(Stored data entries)
/---

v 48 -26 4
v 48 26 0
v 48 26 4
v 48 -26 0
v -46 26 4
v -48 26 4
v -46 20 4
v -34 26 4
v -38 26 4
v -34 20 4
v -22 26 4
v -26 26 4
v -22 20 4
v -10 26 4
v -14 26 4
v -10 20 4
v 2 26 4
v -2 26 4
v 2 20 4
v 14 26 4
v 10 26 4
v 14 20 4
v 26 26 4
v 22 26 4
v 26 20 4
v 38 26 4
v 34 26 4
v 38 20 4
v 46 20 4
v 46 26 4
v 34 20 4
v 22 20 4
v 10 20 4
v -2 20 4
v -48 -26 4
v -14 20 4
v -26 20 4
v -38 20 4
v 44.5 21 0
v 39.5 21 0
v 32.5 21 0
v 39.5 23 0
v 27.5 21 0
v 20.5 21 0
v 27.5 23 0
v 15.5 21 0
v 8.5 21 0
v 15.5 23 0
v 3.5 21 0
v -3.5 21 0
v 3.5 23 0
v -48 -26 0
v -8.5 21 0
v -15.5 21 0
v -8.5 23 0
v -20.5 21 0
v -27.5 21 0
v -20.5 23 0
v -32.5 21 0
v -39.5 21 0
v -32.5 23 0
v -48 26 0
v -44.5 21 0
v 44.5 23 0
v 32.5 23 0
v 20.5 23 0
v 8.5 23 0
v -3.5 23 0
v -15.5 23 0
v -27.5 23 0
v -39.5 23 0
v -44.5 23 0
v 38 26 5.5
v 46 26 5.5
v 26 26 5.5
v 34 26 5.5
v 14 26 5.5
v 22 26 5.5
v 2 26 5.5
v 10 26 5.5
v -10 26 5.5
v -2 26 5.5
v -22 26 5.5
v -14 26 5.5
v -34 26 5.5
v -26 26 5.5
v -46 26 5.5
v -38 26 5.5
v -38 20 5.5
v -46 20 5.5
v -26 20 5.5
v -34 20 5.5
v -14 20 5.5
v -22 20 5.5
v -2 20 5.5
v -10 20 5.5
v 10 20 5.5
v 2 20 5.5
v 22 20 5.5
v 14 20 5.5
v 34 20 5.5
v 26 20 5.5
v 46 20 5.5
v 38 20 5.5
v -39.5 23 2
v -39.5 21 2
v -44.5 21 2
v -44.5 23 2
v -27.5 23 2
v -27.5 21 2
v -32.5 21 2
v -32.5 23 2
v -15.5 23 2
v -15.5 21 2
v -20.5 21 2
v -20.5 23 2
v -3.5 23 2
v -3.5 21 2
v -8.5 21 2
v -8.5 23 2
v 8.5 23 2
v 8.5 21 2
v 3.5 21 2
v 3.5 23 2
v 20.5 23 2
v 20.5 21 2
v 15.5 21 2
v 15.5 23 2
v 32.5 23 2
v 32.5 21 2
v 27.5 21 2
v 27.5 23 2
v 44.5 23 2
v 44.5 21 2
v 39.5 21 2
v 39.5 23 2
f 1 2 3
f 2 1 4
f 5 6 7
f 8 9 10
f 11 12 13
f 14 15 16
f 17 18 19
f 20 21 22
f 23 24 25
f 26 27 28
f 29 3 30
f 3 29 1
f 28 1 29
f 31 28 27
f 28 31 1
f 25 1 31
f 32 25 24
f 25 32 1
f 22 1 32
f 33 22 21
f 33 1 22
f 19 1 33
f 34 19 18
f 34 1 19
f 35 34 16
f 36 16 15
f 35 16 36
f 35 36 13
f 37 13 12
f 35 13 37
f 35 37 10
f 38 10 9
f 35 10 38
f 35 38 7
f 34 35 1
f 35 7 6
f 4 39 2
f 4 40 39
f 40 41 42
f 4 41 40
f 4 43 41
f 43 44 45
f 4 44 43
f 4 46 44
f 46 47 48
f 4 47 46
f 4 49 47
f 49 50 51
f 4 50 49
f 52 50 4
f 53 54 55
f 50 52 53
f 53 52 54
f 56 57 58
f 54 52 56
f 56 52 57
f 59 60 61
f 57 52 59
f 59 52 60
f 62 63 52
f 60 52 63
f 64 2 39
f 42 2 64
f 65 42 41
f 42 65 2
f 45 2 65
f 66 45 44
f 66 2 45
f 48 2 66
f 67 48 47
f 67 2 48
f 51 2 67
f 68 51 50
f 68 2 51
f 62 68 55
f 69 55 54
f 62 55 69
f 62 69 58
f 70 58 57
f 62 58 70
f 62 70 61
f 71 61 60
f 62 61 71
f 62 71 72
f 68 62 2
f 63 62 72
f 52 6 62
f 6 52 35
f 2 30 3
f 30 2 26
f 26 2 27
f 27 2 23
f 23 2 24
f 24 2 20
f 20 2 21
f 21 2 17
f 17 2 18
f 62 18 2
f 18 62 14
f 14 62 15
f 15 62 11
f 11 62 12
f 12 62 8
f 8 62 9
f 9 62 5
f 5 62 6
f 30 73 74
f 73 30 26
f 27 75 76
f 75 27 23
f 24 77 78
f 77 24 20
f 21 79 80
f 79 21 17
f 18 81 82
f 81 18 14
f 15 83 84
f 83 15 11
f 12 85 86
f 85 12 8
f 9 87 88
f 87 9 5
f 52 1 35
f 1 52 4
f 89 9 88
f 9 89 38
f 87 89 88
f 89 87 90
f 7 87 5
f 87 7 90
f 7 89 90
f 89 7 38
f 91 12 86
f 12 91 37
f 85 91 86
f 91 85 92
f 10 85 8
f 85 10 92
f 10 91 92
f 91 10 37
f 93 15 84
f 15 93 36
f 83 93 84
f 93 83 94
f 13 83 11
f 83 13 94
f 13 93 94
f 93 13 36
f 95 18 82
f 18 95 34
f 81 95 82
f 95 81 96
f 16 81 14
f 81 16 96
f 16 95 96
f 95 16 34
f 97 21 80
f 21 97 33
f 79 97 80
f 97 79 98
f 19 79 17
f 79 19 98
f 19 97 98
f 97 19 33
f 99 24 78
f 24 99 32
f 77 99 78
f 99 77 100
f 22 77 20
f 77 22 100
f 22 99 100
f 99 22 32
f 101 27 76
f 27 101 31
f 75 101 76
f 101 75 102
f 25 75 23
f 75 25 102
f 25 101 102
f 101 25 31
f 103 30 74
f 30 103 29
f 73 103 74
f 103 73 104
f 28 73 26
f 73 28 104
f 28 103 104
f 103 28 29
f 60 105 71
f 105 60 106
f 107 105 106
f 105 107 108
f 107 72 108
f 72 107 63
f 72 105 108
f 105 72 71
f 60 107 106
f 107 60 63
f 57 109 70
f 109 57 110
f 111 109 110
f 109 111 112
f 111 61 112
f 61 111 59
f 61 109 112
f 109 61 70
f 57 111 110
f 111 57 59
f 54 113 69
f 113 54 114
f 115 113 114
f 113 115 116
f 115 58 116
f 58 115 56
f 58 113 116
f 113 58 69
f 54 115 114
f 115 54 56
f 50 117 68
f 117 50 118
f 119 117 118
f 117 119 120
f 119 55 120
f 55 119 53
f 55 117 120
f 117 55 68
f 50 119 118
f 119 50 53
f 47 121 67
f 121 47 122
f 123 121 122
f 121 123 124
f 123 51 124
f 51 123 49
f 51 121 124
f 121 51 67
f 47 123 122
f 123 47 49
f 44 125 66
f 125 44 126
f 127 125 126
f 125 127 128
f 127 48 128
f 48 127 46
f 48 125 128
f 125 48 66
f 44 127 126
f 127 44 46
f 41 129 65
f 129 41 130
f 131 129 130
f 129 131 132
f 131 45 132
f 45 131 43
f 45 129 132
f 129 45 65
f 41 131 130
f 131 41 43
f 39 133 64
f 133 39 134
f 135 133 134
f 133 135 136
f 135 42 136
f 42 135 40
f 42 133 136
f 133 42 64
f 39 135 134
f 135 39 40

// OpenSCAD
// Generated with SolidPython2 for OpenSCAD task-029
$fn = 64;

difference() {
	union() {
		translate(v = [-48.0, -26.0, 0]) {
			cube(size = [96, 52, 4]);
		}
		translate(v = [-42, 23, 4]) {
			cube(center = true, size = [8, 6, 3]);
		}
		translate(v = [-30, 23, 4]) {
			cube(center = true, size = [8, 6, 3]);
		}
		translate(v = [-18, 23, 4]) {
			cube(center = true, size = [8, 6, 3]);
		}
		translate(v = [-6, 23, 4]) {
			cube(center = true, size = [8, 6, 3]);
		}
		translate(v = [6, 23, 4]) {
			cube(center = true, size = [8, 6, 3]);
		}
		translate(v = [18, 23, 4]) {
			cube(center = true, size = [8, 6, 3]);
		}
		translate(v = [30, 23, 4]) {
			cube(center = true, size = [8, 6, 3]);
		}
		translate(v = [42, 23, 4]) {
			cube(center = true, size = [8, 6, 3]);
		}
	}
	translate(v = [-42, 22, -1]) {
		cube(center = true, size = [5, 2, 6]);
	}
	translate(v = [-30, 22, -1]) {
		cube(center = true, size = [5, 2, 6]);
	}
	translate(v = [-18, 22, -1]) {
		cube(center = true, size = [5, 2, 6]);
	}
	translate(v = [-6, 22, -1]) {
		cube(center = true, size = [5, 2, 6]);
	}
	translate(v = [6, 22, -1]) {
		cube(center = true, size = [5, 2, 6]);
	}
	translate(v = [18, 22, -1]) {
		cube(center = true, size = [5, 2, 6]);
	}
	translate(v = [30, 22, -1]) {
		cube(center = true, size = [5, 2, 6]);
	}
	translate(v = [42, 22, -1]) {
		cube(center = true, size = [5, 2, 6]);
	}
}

\---
/---

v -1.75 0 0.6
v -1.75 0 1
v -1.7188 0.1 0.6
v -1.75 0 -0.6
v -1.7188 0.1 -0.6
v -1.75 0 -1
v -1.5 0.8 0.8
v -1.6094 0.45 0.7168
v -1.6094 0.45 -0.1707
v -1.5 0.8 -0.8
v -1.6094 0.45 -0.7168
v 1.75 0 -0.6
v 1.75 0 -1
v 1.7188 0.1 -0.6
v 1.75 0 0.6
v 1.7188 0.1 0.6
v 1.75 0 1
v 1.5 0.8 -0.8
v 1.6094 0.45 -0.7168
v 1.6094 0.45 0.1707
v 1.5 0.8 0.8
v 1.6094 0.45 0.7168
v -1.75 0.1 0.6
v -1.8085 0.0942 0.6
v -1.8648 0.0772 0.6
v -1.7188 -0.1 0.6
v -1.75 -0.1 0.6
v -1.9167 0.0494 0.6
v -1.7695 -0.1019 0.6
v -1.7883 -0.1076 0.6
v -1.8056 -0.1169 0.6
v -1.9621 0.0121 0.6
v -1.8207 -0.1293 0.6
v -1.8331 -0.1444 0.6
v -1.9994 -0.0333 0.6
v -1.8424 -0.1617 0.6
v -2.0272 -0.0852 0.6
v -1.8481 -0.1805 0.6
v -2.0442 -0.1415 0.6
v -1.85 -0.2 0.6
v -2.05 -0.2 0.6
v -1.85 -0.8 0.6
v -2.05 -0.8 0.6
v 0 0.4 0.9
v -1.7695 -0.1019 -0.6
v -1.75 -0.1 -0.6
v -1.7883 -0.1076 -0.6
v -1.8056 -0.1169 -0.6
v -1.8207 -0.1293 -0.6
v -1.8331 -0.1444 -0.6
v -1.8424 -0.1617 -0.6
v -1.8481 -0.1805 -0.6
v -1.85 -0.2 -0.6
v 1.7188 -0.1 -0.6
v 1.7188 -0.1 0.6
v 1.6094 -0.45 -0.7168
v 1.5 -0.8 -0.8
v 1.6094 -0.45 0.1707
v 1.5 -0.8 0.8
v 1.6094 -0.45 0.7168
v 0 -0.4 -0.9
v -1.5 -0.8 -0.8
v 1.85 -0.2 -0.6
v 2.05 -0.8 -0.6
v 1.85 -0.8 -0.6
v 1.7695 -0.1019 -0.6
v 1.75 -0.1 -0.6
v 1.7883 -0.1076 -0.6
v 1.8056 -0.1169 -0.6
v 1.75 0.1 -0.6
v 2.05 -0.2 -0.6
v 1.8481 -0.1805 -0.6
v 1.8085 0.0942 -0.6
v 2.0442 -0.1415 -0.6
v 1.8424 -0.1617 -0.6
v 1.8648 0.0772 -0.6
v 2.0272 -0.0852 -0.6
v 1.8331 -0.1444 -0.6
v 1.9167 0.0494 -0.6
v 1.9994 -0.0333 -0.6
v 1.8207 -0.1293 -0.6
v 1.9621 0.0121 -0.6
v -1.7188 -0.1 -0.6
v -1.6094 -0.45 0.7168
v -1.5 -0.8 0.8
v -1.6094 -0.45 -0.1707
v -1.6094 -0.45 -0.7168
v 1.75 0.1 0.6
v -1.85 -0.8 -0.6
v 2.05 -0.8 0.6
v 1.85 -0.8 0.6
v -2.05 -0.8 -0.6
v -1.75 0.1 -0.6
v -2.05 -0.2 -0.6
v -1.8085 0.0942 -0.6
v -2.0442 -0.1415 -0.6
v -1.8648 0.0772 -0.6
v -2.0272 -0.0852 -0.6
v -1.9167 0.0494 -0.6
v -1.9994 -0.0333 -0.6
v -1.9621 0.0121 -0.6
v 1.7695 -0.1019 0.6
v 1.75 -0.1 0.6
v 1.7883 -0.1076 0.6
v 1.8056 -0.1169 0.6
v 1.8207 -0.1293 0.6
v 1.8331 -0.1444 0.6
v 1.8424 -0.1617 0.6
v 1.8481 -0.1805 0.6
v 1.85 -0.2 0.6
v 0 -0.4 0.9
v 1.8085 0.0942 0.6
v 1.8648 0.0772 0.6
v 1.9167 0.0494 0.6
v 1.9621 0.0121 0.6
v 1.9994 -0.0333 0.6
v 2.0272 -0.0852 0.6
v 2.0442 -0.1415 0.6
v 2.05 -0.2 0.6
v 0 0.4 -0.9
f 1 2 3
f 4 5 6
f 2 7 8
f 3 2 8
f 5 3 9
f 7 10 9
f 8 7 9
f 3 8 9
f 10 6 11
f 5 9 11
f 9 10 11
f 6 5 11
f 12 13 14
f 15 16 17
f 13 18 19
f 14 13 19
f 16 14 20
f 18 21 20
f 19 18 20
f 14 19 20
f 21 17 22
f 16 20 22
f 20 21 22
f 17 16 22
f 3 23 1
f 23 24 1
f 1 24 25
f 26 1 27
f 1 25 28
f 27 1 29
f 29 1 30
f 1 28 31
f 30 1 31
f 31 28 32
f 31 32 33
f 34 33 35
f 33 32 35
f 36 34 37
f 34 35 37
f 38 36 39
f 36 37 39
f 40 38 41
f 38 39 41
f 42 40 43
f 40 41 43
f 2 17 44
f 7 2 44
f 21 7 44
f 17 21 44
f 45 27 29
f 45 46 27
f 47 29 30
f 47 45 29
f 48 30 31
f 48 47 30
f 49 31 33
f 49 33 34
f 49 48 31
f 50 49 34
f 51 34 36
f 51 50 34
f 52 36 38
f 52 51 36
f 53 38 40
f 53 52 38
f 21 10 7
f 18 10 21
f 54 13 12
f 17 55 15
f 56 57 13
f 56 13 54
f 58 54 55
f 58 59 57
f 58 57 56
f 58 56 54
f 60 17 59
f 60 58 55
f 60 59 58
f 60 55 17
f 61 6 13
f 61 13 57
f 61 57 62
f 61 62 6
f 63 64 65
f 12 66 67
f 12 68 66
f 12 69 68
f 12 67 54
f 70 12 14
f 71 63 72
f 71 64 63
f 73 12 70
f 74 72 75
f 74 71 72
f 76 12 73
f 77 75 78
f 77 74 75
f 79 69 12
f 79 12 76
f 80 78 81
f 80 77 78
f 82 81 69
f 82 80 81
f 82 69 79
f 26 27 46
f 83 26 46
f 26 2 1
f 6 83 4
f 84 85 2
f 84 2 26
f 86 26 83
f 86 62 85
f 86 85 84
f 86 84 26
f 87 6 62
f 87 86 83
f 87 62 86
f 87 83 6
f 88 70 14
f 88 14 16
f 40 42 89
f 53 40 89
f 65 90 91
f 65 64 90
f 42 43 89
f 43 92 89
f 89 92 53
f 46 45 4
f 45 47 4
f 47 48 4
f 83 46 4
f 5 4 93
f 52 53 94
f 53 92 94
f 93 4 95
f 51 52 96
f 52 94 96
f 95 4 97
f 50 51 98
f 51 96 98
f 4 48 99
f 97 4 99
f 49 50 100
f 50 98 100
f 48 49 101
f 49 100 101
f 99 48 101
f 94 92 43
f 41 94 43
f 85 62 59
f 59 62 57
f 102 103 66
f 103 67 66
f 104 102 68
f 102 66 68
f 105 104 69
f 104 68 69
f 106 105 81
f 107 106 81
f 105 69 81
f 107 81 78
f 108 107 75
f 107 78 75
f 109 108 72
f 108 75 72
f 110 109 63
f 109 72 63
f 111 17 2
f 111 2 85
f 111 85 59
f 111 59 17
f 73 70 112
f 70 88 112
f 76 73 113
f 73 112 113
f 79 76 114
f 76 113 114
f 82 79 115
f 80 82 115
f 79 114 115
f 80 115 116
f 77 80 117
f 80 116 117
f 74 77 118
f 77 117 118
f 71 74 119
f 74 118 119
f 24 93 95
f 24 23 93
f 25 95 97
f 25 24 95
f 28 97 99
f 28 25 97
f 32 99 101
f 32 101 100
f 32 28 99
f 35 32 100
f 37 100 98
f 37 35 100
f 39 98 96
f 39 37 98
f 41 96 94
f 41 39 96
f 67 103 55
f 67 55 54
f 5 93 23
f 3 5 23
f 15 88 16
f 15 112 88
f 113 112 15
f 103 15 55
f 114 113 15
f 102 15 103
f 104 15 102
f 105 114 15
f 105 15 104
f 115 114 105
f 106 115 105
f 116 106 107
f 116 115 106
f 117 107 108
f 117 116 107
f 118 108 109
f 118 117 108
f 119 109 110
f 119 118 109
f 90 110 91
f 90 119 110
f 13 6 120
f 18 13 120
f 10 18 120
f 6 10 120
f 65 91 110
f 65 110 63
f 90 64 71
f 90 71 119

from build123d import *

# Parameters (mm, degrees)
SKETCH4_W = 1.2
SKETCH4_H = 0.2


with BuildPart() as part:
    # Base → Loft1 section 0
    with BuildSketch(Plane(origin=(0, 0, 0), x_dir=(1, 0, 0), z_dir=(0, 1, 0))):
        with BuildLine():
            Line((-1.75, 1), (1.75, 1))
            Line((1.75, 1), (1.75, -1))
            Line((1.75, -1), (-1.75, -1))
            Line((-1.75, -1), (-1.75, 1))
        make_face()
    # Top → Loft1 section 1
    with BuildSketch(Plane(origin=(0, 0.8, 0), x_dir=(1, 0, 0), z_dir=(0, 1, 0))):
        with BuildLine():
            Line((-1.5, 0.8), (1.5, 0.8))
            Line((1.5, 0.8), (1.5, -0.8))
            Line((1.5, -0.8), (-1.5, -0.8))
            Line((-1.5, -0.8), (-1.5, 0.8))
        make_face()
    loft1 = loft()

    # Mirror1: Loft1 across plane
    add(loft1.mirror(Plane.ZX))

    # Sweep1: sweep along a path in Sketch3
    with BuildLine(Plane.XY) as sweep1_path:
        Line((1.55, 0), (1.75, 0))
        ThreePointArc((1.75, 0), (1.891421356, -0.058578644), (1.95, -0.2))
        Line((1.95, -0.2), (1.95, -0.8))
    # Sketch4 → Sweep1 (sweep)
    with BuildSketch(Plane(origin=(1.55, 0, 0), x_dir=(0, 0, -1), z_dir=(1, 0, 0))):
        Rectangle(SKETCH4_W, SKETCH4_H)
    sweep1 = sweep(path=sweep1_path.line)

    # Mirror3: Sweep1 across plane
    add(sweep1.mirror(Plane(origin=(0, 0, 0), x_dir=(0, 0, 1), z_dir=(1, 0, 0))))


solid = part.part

\---

— Directions for this task —
Within the data above, the span starting at the line containing "v 1.75 0.1 -0.6" and ending at the line containing "v -1.8085 0.0942 -0.6" is to be retyped exactly, with no other lines.

— Your response —
v 1.75 0.1 -0.6
v 2.05 -0.2 -0.6
v 1.8481 -0.1805 -0.6
v 1.8085 0.0942 -0.6
v 2.0442 -0.1415 -0.6
v 1.8424 -0.1617 -0.6
v 1.8648 0.0772 -0.6
v 2.0272 -0.0852 -0.6
v 1.8331 -0.1444 -0.6
v 1.9167 0.0494 -0.6
v 1.9994 -0.0333 -0.6
v 1.8207 -0.1293 -0.6
v 1.9621 0.0121 -0.6
v -1.7188 -0.1 -0.6
v -1.6094 -0.45 0.7168
v -1.5 -0.8 0.8
v -1.6094 -0.45 -0.1707
v -1.6094 -0.45 -0.7168
v 1.75 0.1 0.6
v -1.85 -0.8 -0.6
v 2.05 -0.8 0.6
v 1.85 -0.8 0.6
v -2.05 -0.8 -0.6
v -1.75 0.1 -0.6
v -2.05 -0.2 -0.6
v -1.8085 0.0942 -0.6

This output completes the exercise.